Foundation and to a lesser extent AppKit went through fits of refinement pre OS X. AppKit had already gone through a major overhaul in the appkit -> AppKit OpenStep transition, Foundation went through revisions and dropped classes during the YellowBox and WebObjects period. There was the whole thing with replacing DPS under the hood too. Cocoa was pretty stagnant in the pre-10.0->10.2 days while Apple overhauled everything else so we have had a settling period of the API's which gives the appearance of grand design. Cocoa has become more of a moving target these days now that the growing pains of OS X are largely over and I think we will see things come and go as it evolves more.

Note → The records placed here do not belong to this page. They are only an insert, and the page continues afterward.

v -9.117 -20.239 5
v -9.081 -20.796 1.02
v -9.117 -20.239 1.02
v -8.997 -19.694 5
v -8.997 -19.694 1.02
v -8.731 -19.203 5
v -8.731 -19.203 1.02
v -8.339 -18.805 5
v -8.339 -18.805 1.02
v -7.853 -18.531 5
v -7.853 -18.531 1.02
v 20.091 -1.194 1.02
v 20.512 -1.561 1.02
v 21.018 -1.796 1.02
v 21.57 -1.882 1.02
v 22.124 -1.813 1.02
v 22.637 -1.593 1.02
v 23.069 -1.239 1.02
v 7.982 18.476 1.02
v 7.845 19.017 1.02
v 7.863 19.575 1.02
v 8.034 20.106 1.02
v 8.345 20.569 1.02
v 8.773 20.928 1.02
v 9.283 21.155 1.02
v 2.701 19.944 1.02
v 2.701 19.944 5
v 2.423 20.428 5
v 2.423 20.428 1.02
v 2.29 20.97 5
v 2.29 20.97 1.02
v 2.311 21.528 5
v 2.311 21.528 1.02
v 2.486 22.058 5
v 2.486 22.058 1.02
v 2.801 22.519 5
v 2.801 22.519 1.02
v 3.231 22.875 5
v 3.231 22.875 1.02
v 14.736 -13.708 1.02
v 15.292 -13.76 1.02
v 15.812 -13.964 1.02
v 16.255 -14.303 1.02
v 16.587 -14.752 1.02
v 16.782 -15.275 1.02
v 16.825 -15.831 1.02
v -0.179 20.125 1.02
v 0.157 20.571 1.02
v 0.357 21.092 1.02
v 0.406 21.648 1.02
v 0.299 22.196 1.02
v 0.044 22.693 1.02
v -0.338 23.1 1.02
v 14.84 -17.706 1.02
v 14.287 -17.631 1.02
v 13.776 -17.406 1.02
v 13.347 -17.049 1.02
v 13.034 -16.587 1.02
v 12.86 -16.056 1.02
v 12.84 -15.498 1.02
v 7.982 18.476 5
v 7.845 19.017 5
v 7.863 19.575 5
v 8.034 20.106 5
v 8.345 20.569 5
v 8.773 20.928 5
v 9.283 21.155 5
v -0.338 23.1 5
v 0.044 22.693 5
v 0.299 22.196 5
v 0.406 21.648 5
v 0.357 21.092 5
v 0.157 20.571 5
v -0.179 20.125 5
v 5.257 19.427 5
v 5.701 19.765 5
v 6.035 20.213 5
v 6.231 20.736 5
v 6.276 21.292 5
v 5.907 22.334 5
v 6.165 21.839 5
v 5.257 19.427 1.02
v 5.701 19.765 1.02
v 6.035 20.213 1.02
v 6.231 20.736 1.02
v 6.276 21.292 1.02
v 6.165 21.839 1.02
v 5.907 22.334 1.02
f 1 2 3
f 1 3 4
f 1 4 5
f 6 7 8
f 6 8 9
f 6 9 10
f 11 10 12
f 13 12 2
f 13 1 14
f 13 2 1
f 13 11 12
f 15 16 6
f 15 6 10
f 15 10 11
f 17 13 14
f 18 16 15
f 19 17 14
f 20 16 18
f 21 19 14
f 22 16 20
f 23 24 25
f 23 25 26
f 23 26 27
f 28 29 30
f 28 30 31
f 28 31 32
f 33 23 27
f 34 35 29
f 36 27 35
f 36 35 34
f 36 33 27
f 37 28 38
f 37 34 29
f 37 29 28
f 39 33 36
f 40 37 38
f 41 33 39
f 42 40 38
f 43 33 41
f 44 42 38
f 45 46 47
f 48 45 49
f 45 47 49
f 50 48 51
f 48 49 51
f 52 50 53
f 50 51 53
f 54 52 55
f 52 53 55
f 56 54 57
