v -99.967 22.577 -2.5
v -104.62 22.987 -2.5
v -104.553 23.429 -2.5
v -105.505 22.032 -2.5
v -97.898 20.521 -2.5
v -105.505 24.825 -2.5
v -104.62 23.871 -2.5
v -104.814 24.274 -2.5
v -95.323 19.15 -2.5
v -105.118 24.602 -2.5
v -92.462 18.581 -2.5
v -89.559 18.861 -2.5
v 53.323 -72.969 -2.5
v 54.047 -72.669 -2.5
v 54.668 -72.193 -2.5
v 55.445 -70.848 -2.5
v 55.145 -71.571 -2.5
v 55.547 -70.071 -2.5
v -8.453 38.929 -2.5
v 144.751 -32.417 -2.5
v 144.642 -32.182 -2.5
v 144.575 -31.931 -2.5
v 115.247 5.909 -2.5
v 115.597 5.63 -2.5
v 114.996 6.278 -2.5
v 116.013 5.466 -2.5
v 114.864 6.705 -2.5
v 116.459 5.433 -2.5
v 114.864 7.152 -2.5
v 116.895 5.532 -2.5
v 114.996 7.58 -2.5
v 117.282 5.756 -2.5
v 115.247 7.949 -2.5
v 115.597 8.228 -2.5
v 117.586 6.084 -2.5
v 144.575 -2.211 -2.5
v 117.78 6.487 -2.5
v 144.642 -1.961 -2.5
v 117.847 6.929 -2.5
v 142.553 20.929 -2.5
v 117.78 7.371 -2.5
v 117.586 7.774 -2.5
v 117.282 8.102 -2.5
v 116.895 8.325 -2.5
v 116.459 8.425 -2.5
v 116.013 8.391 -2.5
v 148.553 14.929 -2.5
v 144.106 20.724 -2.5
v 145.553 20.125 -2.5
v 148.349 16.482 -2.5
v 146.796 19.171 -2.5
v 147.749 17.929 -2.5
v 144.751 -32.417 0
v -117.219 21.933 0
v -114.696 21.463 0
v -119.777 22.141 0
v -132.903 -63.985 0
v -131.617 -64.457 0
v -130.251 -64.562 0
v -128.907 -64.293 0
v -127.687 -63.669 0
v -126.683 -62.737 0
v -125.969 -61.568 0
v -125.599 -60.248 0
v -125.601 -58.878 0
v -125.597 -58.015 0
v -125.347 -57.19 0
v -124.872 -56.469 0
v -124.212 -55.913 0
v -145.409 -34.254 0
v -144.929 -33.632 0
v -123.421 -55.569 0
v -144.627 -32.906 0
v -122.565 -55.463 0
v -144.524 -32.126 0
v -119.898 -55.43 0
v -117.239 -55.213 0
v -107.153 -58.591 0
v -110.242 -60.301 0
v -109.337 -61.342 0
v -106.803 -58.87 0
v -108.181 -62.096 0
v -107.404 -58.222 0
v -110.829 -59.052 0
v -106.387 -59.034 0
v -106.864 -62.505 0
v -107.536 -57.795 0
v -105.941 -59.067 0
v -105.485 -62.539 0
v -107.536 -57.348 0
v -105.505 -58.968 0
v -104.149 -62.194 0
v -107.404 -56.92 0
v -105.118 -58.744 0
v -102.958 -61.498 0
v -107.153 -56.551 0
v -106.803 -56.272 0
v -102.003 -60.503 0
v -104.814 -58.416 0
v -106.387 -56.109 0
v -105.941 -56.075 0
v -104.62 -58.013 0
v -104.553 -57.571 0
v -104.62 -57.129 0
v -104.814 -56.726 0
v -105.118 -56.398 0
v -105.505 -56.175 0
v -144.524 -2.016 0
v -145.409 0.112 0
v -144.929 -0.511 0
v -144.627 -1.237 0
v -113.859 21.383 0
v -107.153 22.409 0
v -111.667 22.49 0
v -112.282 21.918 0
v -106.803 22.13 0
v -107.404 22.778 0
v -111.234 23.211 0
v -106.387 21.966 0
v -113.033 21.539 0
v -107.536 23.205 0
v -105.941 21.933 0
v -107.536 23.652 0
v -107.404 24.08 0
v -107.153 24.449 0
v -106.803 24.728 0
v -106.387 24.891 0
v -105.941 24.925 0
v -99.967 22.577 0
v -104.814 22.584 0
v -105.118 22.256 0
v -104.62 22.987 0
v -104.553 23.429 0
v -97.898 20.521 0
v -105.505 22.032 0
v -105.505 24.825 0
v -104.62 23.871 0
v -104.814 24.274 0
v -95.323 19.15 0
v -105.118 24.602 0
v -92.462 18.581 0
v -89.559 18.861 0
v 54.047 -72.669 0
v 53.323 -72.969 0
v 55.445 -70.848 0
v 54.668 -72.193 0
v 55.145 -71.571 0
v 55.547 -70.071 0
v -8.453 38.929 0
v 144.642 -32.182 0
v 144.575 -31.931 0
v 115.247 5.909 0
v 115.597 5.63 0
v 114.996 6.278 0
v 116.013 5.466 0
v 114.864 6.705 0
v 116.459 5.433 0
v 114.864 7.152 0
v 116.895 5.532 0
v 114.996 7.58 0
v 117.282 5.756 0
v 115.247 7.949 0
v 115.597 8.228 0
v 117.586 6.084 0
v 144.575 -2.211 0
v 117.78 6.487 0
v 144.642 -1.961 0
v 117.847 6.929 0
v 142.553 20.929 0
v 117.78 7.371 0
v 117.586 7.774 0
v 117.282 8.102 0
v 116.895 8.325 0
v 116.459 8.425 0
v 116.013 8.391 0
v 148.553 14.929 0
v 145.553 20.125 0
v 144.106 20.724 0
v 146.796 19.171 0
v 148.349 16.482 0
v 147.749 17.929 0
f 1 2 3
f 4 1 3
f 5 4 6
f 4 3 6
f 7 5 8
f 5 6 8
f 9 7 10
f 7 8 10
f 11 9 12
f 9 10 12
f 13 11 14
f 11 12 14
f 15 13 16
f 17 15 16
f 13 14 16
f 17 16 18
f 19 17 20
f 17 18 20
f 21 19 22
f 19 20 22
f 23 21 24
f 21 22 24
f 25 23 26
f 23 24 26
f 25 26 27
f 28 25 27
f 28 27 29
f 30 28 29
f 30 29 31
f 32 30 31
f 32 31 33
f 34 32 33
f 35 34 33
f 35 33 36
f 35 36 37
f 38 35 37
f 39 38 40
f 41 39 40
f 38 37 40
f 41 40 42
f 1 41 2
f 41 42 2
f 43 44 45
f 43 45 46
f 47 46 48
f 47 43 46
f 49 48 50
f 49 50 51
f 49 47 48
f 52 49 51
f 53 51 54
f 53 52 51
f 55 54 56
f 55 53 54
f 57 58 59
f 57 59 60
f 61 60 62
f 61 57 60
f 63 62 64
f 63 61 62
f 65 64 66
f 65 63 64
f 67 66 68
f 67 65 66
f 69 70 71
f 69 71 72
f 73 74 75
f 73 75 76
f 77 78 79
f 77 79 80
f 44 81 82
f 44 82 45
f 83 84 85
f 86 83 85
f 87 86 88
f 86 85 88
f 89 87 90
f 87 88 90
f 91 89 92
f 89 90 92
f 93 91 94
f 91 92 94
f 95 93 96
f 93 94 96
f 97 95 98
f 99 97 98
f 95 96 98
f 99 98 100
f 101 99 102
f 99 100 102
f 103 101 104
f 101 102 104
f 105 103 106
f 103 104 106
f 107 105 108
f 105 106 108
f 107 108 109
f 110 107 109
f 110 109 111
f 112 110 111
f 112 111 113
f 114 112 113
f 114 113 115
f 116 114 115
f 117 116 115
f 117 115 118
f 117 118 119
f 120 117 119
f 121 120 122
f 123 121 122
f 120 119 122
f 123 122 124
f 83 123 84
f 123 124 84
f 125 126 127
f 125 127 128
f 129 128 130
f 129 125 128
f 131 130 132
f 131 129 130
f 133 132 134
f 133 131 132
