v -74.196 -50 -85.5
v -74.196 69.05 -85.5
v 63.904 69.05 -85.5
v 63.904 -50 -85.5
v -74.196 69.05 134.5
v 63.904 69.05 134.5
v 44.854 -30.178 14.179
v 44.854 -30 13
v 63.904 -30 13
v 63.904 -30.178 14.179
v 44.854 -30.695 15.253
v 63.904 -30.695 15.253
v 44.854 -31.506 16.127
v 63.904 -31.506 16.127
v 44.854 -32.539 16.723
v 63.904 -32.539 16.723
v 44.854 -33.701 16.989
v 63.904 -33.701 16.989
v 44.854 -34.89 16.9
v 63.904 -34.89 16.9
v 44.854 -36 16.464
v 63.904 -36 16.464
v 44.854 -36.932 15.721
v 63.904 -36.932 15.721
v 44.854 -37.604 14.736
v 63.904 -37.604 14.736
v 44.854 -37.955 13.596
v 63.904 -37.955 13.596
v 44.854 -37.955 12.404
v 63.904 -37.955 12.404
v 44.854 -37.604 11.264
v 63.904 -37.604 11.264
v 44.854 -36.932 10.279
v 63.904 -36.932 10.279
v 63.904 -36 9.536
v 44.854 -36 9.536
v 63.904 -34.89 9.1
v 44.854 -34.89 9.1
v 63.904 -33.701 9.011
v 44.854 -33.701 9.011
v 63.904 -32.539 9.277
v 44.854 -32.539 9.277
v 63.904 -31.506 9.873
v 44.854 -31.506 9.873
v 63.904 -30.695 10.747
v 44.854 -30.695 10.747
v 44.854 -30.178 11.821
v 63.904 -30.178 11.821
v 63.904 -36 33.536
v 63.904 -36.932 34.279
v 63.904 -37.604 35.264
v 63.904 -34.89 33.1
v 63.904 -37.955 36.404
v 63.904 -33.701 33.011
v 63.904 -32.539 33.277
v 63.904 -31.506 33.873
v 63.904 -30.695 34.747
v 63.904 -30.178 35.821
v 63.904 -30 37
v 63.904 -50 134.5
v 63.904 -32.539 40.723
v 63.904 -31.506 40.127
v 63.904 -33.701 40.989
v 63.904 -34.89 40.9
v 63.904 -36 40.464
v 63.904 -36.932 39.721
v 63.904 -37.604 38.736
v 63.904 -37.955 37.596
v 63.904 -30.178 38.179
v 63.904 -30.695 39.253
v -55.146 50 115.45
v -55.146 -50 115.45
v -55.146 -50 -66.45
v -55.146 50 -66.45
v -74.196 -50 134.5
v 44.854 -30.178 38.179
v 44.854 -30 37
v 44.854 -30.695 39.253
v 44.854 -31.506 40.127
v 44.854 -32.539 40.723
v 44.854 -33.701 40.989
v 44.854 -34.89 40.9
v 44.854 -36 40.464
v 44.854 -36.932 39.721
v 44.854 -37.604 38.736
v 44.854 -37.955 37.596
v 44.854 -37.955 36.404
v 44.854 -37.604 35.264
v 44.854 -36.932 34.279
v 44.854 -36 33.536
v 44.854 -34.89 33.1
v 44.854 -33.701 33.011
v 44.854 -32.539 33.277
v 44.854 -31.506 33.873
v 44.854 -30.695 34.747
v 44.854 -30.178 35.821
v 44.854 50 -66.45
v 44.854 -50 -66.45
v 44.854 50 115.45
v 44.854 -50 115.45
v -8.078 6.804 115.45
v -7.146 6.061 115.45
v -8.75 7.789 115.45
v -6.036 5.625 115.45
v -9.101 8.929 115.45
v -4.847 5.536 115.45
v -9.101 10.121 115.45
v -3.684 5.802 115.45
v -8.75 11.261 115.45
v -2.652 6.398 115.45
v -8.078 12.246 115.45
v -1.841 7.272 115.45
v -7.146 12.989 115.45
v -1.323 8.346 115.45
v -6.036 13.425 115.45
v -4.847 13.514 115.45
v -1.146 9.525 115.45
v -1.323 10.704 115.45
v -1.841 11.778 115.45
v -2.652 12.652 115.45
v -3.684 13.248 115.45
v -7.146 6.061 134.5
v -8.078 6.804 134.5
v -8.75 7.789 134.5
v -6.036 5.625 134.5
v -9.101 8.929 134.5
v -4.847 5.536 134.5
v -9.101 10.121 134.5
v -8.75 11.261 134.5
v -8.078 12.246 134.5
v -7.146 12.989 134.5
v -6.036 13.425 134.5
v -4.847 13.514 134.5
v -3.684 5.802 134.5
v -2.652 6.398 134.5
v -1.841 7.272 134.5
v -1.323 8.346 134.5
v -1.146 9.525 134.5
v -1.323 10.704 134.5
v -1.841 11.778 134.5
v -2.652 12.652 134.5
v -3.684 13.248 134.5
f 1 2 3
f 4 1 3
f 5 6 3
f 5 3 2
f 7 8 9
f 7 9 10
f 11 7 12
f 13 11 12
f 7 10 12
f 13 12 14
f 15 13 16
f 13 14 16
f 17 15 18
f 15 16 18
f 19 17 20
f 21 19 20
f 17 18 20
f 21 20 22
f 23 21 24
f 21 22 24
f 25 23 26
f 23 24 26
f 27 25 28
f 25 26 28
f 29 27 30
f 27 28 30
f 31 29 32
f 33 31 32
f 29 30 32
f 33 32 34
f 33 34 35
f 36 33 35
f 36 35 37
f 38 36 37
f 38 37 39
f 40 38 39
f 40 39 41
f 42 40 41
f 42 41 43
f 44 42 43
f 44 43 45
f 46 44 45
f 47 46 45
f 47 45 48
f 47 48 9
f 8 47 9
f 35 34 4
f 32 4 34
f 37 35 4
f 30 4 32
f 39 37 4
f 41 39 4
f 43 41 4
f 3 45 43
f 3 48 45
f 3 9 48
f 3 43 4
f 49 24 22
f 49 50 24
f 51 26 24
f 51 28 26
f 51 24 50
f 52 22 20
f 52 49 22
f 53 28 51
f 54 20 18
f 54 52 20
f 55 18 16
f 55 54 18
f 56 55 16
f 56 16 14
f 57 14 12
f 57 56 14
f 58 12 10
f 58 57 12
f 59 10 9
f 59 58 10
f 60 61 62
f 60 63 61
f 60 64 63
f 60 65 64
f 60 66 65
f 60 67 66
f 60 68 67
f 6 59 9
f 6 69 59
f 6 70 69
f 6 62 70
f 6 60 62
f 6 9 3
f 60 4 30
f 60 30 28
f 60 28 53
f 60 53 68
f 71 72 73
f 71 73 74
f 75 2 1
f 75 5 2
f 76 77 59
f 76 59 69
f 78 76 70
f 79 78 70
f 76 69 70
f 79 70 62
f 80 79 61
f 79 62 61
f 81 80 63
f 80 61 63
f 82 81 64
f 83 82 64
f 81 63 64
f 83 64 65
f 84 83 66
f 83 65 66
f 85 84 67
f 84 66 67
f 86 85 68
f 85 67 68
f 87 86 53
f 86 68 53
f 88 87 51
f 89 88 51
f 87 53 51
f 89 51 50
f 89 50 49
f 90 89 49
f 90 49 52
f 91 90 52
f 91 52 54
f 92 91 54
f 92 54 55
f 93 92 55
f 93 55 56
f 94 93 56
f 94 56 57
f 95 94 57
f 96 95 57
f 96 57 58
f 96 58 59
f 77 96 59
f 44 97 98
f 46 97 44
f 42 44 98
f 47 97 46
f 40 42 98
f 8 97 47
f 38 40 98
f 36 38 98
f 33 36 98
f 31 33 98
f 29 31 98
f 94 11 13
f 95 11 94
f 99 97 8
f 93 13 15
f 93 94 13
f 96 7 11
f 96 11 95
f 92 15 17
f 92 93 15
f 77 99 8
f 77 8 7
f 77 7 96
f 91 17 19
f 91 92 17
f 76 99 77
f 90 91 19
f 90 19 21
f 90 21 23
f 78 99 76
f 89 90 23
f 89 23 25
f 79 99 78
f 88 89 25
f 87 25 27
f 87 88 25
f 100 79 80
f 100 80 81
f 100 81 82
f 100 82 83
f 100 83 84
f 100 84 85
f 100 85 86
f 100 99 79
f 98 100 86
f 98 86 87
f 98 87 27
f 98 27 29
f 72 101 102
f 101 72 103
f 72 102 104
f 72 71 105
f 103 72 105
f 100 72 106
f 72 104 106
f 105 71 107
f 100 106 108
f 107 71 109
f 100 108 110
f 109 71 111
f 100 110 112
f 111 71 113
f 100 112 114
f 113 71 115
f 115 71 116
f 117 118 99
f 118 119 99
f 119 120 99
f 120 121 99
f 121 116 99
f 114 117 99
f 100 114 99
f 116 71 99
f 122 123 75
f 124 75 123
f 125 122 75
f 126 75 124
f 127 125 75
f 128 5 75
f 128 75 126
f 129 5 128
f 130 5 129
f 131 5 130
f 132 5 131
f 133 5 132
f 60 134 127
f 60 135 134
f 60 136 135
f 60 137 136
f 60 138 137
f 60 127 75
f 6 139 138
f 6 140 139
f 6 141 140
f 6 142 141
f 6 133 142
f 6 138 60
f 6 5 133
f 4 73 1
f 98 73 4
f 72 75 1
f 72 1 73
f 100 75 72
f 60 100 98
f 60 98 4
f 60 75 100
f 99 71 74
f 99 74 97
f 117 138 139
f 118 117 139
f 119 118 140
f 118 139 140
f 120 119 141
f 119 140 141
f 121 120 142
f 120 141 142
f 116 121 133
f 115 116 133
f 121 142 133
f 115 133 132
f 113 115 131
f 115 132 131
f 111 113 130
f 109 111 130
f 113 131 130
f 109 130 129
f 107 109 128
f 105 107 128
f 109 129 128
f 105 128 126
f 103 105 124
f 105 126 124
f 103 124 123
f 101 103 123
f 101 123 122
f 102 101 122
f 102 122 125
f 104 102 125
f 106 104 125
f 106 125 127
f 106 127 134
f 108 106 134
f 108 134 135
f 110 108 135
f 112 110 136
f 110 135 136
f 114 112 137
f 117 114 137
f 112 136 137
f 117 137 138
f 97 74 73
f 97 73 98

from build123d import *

# Parameters (mm, degrees)
F2_DEPTH      = 140
F2_DEPTH_BACK = 80
F3_W          = 100
F3_H          = 19.05
F4_DEPTH      = 100
F5_R          = 4
F6_DEPTH      = 19.05
F7_R          = 4
F8_DEPTH      = 20


with BuildPart() as f2:
    # F1 (on offset) → F2 (new body, two sides)
    with BuildSketch(Plane.XY.offset(-5.5)) as f2_sk:
        Polygon((-55.145783, -50), (-55.145783, 50), (44.854217, 50), (44.854217, -50), (63.904217, -50), (63.904217, 69.05), (-74.195783, 69.05), (-74.195783, -50), align=None)
    extrude(amount=F2_DEPTH)
    extrude(f2_sk.sketch, amount=-F2_DEPTH_BACK)

    # F3 (on face) → F4 (join)
    with BuildSketch(Plane.XZ.offset(-50)):
        with Locations((-5.145783, 124.975)):
            Rectangle(F3_W, F3_H)
        with Locations((-5.145783, -75.975)):
            Rectangle(F3_W, F3_H)
    extrude(amount=F4_DEPTH)

    # F5 (on face) → F6 (cut)
    with BuildSketch(Plane.XY.offset(134.5)):
        with Locations((-5.145783, 9.525)):
            Circle(F5_R)
    extrude(amount=-F6_DEPTH, mode=Mode.SUBTRACT)

    # F7 (on face) → F8 (cut)
    with BuildSketch(Plane.YZ.offset(63.904217)):
        with Locations((-34, 13)):
            Circle(F7_R)
        with Locations((-34, 37)):
            Circle(F7_R)
    extrude(amount=-F8_DEPTH, mode=Mode.SUBTRACT)


solid = f2.part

I believe the Java Cocoa support was dumped because it was not well received, this seems obvious just from the general vibe coming off the developer community. There was a lot of work put into the Java bridge for WebObjects so it was relatively easy to jump on the Java bandwagon with Cocoa. But there weren't good enough reasons to use it, you lost one of the major reasons for using Java, supposed portability, and the Java GUI kits were becoming Good Enough. On top of that people who wanted to write native Mac apps seemed OK with Objective-C/C/C++. I know people who have done large Java apps for the Mac and they did not use Java Cocoa, they still want the cross-platform parachute and I can't blame them.

Really, if Apple wanted to make it harder to port Cocoa programs to other platforms they would have stuck with and forced everyone onto Java Cocoa with the bridge. What a goddamn nightmare to emulate and completely unpleasant to do. It is easy to compile Objective-C with gcc on most platforms, all you need to do is write the frameworks which you would have to do with Java Cocoa anyway.